That intimacy is exactly why the privacy question cannot be an afterthought bolted onto a finished gadget. It is the foundation the product either has or does not have. If you cannot trust where the audio goes, who can read the transcript, and what happens to it next month, then every clever capability built on top is built on sand. The feature is not “it hears you.” The feature is “it hears you and you still feel safe.” Everything in this article is about how to make the second clause true and where, honestly, it stops being true.

The industry has not exactly earned the benefit of the doubt here. Privacy researchers and lawyers have spent the last two years warning that always-listening wearables shift the privacy burden onto bystanders who have little ability to detect, interpret, or meaningfully respond to being recorded, and that earlier visual-AI wearables already drew public backlash precisely because they could capture data and route it to cloud systems for automated or human review. Buyers are right to be skeptical. Skepticism is the correct starting posture, and a serious product should welcome it rather than wave it away.

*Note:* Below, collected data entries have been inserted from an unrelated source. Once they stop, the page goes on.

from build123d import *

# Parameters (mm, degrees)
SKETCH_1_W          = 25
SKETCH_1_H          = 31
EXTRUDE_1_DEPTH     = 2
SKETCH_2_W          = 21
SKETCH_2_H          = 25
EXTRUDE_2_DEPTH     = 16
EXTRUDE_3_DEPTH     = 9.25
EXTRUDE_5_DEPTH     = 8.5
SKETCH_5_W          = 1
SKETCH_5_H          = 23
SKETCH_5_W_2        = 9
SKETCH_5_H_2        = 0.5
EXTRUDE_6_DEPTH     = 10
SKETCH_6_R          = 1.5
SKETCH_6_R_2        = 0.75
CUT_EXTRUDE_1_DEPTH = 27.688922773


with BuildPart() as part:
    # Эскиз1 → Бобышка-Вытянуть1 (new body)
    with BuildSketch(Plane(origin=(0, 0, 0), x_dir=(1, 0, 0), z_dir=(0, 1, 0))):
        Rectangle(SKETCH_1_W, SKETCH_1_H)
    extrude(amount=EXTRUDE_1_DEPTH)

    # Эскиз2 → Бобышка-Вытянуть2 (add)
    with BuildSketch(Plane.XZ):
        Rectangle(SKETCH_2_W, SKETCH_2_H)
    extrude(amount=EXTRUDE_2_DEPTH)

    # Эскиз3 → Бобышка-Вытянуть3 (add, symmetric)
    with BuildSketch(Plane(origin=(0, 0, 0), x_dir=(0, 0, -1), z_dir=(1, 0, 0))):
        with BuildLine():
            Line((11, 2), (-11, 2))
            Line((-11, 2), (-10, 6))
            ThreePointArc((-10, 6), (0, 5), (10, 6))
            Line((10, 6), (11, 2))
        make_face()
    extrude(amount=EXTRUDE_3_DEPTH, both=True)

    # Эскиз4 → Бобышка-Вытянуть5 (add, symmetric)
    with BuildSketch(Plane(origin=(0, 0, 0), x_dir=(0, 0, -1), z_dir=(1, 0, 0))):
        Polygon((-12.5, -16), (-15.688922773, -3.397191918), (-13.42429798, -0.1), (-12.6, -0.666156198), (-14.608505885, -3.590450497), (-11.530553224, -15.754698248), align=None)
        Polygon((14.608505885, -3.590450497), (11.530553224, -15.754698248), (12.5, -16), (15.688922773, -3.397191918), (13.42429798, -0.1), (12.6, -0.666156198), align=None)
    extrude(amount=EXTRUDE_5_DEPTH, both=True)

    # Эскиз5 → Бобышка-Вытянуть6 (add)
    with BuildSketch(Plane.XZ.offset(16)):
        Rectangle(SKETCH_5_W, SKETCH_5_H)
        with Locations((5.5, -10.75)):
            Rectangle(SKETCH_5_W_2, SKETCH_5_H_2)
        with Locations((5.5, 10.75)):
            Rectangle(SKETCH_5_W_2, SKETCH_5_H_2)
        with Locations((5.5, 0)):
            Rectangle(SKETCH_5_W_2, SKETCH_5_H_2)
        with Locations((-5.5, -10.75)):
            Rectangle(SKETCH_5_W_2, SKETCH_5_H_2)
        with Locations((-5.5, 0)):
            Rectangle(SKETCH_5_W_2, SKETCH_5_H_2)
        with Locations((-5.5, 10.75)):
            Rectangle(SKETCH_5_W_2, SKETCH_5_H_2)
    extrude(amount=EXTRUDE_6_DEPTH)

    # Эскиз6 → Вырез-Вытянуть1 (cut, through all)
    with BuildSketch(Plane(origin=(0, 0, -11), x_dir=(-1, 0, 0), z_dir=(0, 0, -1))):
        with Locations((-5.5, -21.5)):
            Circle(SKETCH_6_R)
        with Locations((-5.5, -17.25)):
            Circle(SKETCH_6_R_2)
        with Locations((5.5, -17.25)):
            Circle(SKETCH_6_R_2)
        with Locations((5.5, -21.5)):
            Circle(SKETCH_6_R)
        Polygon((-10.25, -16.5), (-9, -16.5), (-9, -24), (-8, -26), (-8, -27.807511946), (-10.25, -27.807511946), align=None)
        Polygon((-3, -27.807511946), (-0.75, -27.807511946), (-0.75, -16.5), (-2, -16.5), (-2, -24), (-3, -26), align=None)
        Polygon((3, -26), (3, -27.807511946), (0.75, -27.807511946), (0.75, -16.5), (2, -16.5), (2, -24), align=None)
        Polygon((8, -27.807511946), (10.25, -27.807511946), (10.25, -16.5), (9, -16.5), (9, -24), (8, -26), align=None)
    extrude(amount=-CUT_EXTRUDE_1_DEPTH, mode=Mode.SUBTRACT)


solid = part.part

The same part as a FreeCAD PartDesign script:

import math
import FreeCAD as App
import Part
import Sketcher
from FreeCAD import Vector
Q = App.Units.Quantity


def add_polygon(sketch, points):
    """Adds a closed chain of lines whose ends are joined by coincident constraints."""
    first, n = sketch.GeometryCount, len(points)
    for a, b in zip(points, points[1:] + points[:1]):
        sketch.addGeometry(Part.LineSegment(App.Vector(*a, 0), App.Vector(*b, 0)), False)
    for i in range(n):
        sketch.addConstraint(Sketcher.Constraint("Coincident", first + i, 2, first + (i + 1) % n, 1))

doc = App.newDocument("Part")
body = doc.addObject("PartDesign::Body", "Body")

# Sketch on XZ plane
sketch1 = body.newObject("Sketcher::SketchObject", "Sketch")
sketch1.AttachmentSupport = (doc.getObject("XZ_Plane"), [""])
sketch1.MapMode = "FlatFace"
add_polygon(sketch1, [(-12, -16), (-12, 16), (12, 16), (12, -16)])  # lines 0-3
sketch1.addConstraint([
    Sketcher.Constraint("Vertical", 0),
    Sketcher.Constraint("Horizontal", 1),
    Sketcher.Constraint("Vertical", 2),
    Sketcher.Constraint("Horizontal", 3),
    Sketcher.Constraint("Symmetric", 0, 2, 2, 2, -1, 1),
    Sketcher.Constraint("DistanceX", 1, 1, 1, 2, Q("25 mm")),
    Sketcher.Constraint("DistanceY", 0, 1, 0, 2, Q("31 mm")),
])
pad1 = body.newObject("PartDesign::Pad", "Pad")
pad1.Profile = sketch1
pad1.Length = 2
pad1.Reversed = True

# Sketch on XZ plane
sketch2 = body.newObject("Sketcher::SketchObject", "Sketch001")
sketch2.AttachmentSupport = (doc.getObject("XZ_Plane"), [""])
sketch2.MapMode = "FlatFace"
add_polygon(sketch2, [(-10, 12), (-10, -12), (10, -12), (10, 12)])  # lines 0-3
sketch2.addConstraint([
    Sketcher.Constraint("Vertical", 0),
    Sketcher.Constraint("Horizontal", 1),
    Sketcher.Constraint("Vertical", 2),
    Sketcher.Constraint("Horizontal", 3),
    Sketcher.Constraint("Symmetric", 0, 2, 2, 2, -1, 1),
    Sketcher.Constraint("DistanceX", 1, 1, 1, 2, Q("21 mm")),
    Sketcher.Constraint("DistanceY", 0, 2, 0, 1, Q("25 mm")),
])
pad2 = body.newObject("PartDesign::Pad", "Pad001")
pad2.Profile = sketch2
pad2.Length = 16

# Sketch on YZ plane
sketch3 = body.newObject("Sketcher::SketchObject", "Sketch002")
sketch3.AttachmentSupport = (doc.getObject("YZ_Plane"), [""])
sketch3.MapMode = "FlatFace"
sketch3.addGeometry([
    Part.LineSegment(Vector(2, 11, 0), Vector(2, -11, 0)),
    Part.LineSegment(Vector(2, -11, 0), Vector(6, -10, 0)),
    Part.ArcOfCircle(Part.Circle(Vector(55.5, 0, 0), Vector(0, 0, 1), 50.5), math.radians(169), math.radians(191)),
    Part.LineSegment(Vector(6, 10, 0), Vector(2, 11, 0)),
], False)
sketch3.addConstraint([
    Sketcher.Constraint("Coincident", 0, 2, 1, 1),
    Sketcher.Constraint("Coincident", 1, 2, 2, 2),
    Sketcher.Constraint("Coincident", 2, 1, 3, 1),
    Sketcher.Constraint("Coincident", 3, 2, 0, 1),
    Sketcher.Constraint("Vertical", 0),
    Sketcher.Constraint("Symmetric", 1, 2, 2, 1, -1),
    Sketcher.Constraint("Equal", 1, 3),
    Sketcher.Constraint("Radius", 2, Q("50.5 mm")),
    Sketcher.Constraint("DistanceY", 0, 2, 0, 1, Q("22 mm")),
    Sketcher.Constraint("DistanceX", -1, 1, 0, 2, Q("2 mm")),
    Sketcher.Constraint("DistanceX", -1, 1, 1, 2, Q("6 mm")),
    Sketcher.Constraint("DistanceY", 1, 2, -1, 1, Q("10 mm")),
])
pad3 = body.newObject("PartDesign::Pad", "Pad002")
pad3.Profile = sketch3
pad3.Length = 18.5
pad3.Midplane = True

# Sketch on YZ plane
sketch4 = body.newObject("Sketcher::SketchObject", "Sketch003")
sketch4.AttachmentSupport = (doc.getObject("YZ_Plane"), [""])
sketch4.MapMode = "FlatFace"
add_polygon(sketch4, [(-3.4, 15.7), (-16, 12.5), (-15.8, 11.5), (-3.6, 14.6), (-0.7, 12.6), (-0.1, 13.4)])  # lines 0-5
add_polygon(sketch4, [(-3.6, -14.6), (-15.8, -11.5), (-16, -12.5), (-3.4, -15.7), (-0.1, -13.4), (-0.7, -12.6)])  # lines 6-11
sketch4.addConstraint([
    Sketcher.Constraint("Symmetric", 1, 2, 6, 2, -1),
    Sketcher.Constraint("Symmetric", 0, 2, 7, 2, -1),
    Sketcher.Constraint("Symmetric", 5, 2, 8, 2, -1),
    Sketcher.Constraint("Symmetric", 4, 2, 9, 2, -1),
    Sketcher.Constraint("Symmetric", 3, 2, 10, 2, -1),
    Sketcher.Constraint("Symmetric", 2, 2, 11, 2, -1),
    Sketcher.Constraint("Perpendicular", 0, 1),
    Sketcher.Constraint("Perpendicular", 1, 2),
    Sketcher.Constraint("Perpendicular", 3, 4),
    Sketcher.Constraint("Perpendicular", 4, 5),
    Sketcher.Constraint("Equal", 1, 4),
    Sketcher.Constraint("Distance", 0, Q("13 mm")),
    Sketcher.Constraint("Distance", 1, Q("1 mm")),
    Sketcher.Constraint("Distance", 5, Q("4 mm")),
    Sketcher.Constraint("DistanceX", 0, 2, -1, 1, Q("16 mm")),
    Sketcher.Constraint("DistanceY", 7, 2, 0, 2, Q("25 mm")),
    Sketcher.Constraint("DistanceY", -1, 1, 3, 2, Q("12.6 mm")),
    Sketcher.Constraint("DistanceX", 4, 2, -1, 1, Q("0.1 mm")),
])
pad4 = body.newObject("PartDesign::Pad", "Pad003")
pad4.Profile = sketch4
pad4.Length = 17
pad4.Midplane = True

# Sketch on XZ plane
sketch5 = body.newObject("Sketcher::SketchObject", "Sketch004")
sketch5.AttachmentSupport = (doc.getObject("XZ_Plane"), [""])
sketch5.MapMode = "FlatFace"
sketch5.AttachmentOffset = App.Placement(Vector(0, 0, 16), App.Rotation())
add_polygon(sketch5, [(-0.5, 11.5), (-0.5, -11.5), (0.5, -11.5), (0.5, 11.5)])  # lines 0-3
add_polygon(sketch5, [(1, -10.5), (1, -11), (10, -11), (10, -10.5)])  # lines 4-7
add_polygon(sketch5, [(1, 11), (1, 10.5), (10, 10.5), (10, 11)])  # lines 8-11
add_polygon(sketch5, [(1, 0.2), (1, -0.2), (10, -0.2), (10, 0.2)])  # lines 12-15
add_polygon(sketch5, [(-10, -10.5), (-10, -11), (-1, -11), (-1, -10.5)])  # lines 16-19
add_polygon(sketch5, [(-10, 0.2), (-10, -0.2), (-1, -0.2), (-1, 0.2)])  # lines 20-23
add_polygon(sketch5, [(-10, 11), (-10, 10.5), (-1, 10.5), (-1, 11)])  # lines 24-27
sketch5.addConstraint([
    Sketcher.Constraint("Vertical", 0),
    Sketcher.Constraint("Horizontal", 1),
    Sketcher.Constraint("Vertical", 2),
    Sketcher.Constraint("Horizontal", 3),
    Sketcher.Constraint("Vertical", 4),
    Sketcher.Constraint("Horizontal", 5),
    Sketcher.Constraint("Vertical", 6),
    Sketcher.Constraint("Horizontal", 7),
    Sketcher.Constraint("Vertical", 8),
    Sketcher.Constraint("Horizontal", 9),
    Sketcher.Constraint("Vertical", 10),
    Sketcher.Constraint("Horizontal", 11),
    Sketcher.Constraint("Vertical", 12),
    Sketcher.Constraint("Horizontal", 13),
    Sketcher.Constraint("Vertical", 14),
    Sketcher.Constraint("Horizontal", 15),
    Sketcher.Constraint("Vertical", 16),
    Sketcher.Constraint("Horizontal", 17),
    Sketcher.Constraint("Vertical", 18),
    Sketcher.Constraint("Horizontal", 19),
    Sketcher.Constraint("Vertical", 20),
    Sketcher.Constraint("Horizontal", 21),
    Sketcher.Constraint("Vertical", 22),
    Sketcher.Constraint("Horizontal", 23),
    Sketcher.Constraint("Vertical", 24),
    Sketcher.Constraint("Horizontal", 25),
    Sketcher.Constraint("Vertical", 26),
    Sketcher.Constraint("Horizontal", 27),
    Sketcher.Constraint("Symmetric", 0, 2, 2, 2, -1, 1),
    Sketcher.Constraint("Symmetric", 10, 2, 16, 2, -1, 1),
    Sketcher.Constraint("Symmetric", 8, 2, 18, 2, -1, 1),
    Sketcher.Constraint("Symmetric", 14, 2, 20, 2, -1, 1),
    Sketcher.Constraint("Symmetric", 12, 2, 22, 2, -1, 1),
    Sketcher.Constraint("Symmetric", 6, 2, 24, 2, -1, 1),
    Sketcher.Constraint("Symmetric", 4, 2, 26, 2, -1, 1),
    Sketcher.Constraint("Symmetric", 5, 2, 16, 2, -2),
    Sketcher.Constraint("Symmetric", 7, 2, 18, 2, -2),
    Sketcher.Constraint("Horizontal", 13, 2, 20, 2),
    Sketcher.Constraint("Vertical", 11, 2, 12, 2),
    Sketcher.Constraint("Vertical", 10, 2, 13, 2),
    Sketcher.Constraint("Equal", 10, 12),
    Sketcher.Constraint("DistanceX", 1, 1, 1, 2, Q("1 mm")),
    Sketcher.Constraint("DistanceX", 5, 1, 5, 2, Q("9 mm")),
    Sketcher.Constraint("DistanceY", 0, 2, 0, 1, Q("23 mm")),
    Sketcher.Constraint("DistanceY", 4, 2, 4, 1, Q("0.5 mm")),
    Sketcher.Constraint("DistanceX", -1, 1, 4, 2, Q("1 mm")),
    Sketcher.Constraint("DistanceY", 4, 2, -1, 1, Q("11 mm")),
])
pad5 = body.newObject("PartDesign::Pad", "Pad004")
pad5.Profile = sketch5
pad5.Length = 10

# Sketch on XY plane
sketch6 = body.newObject("Sketcher::SketchObject", "Sketch005")
sketch6.AttachmentSupport = (doc.getObject("XY_Plane"), [""])
sketch6.MapMode = "FlatFace"
sketch6.AttachmentOffset = App.Placement(Vector(0, 0, -11), App.Rotation())
sketch6.addGeometry(Part.Circle(Vector(5.5, -21.5, 0), Vector(0, 0, 1), 1.5), False)  # 0
sketch6.addGeometry(Part.Circle(Vector(5.5, -17.2, 0), Vector(0, 0, 1), 0.8), False)  # 1
sketch6.addGeometry(Part.Circle(Vector(-5.5, -17.2, 0), Vector(0, 0, 1), 0.8), False)  # 2
sketch6.addGeometry(Part.Circle(Vector(-5.5, -21.5, 0), Vector(0, 0, 1), 1.5), False)  # 3
add_polygon(sketch6, [(9, -16.5), (10.2, -16.5), (10.2, -27.8), (8, -27.8), (8, -26), (9, -24)])  # lines 4-9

What “privacy” actually has to mean here

Privacy is one of those words that gets used to mean four different things at once, which is how marketing departments hide behind it. For an always-on wearable, it is worth being precise. There are at least four distinct questions, and a device can answer some well and others badly:

  • Capture — when is the microphone actually active, and do you and the people around you know?
  • Transit — once captured, where does that data travel, and can anyone read it along the way?
  • Processing — where is the data turned into an answer, and does the place that does the work get to keep a plaintext copy?
  • Retention and use — after the moment passes, what is stored, for how long, who can see it, and is it ever used to train models, sold, or shared?

Most “privacy-first” marketing answers only the easy one — transit — by mentioning that traffic is encrypted in transit with TLS, the same padlock your bank uses. That is necessary and meaningless on its own, because encryption in transit protects data from outsiders on the network while leaving the company's own servers free to read everything the moment it arrives. The hard questions are processing and retention. The whole game is whether the party doing the AI work, and the party storing your history, can read your life in plaintext. End-to-end encryption is the tool that answers those hard questions, and the rest of this piece is about applying it honestly.

The threat model: who could see your data, and where it could leak

You cannot reason about privacy without naming the adversaries. “Is it secure?” is unanswerable; “secure against whom?” is answerable. A wearable AI system that touches the network has several distinct places where readable data could be exposed, and a different actor sits at each one. Listing them plainly is the only way to see which ones a given design actually closes.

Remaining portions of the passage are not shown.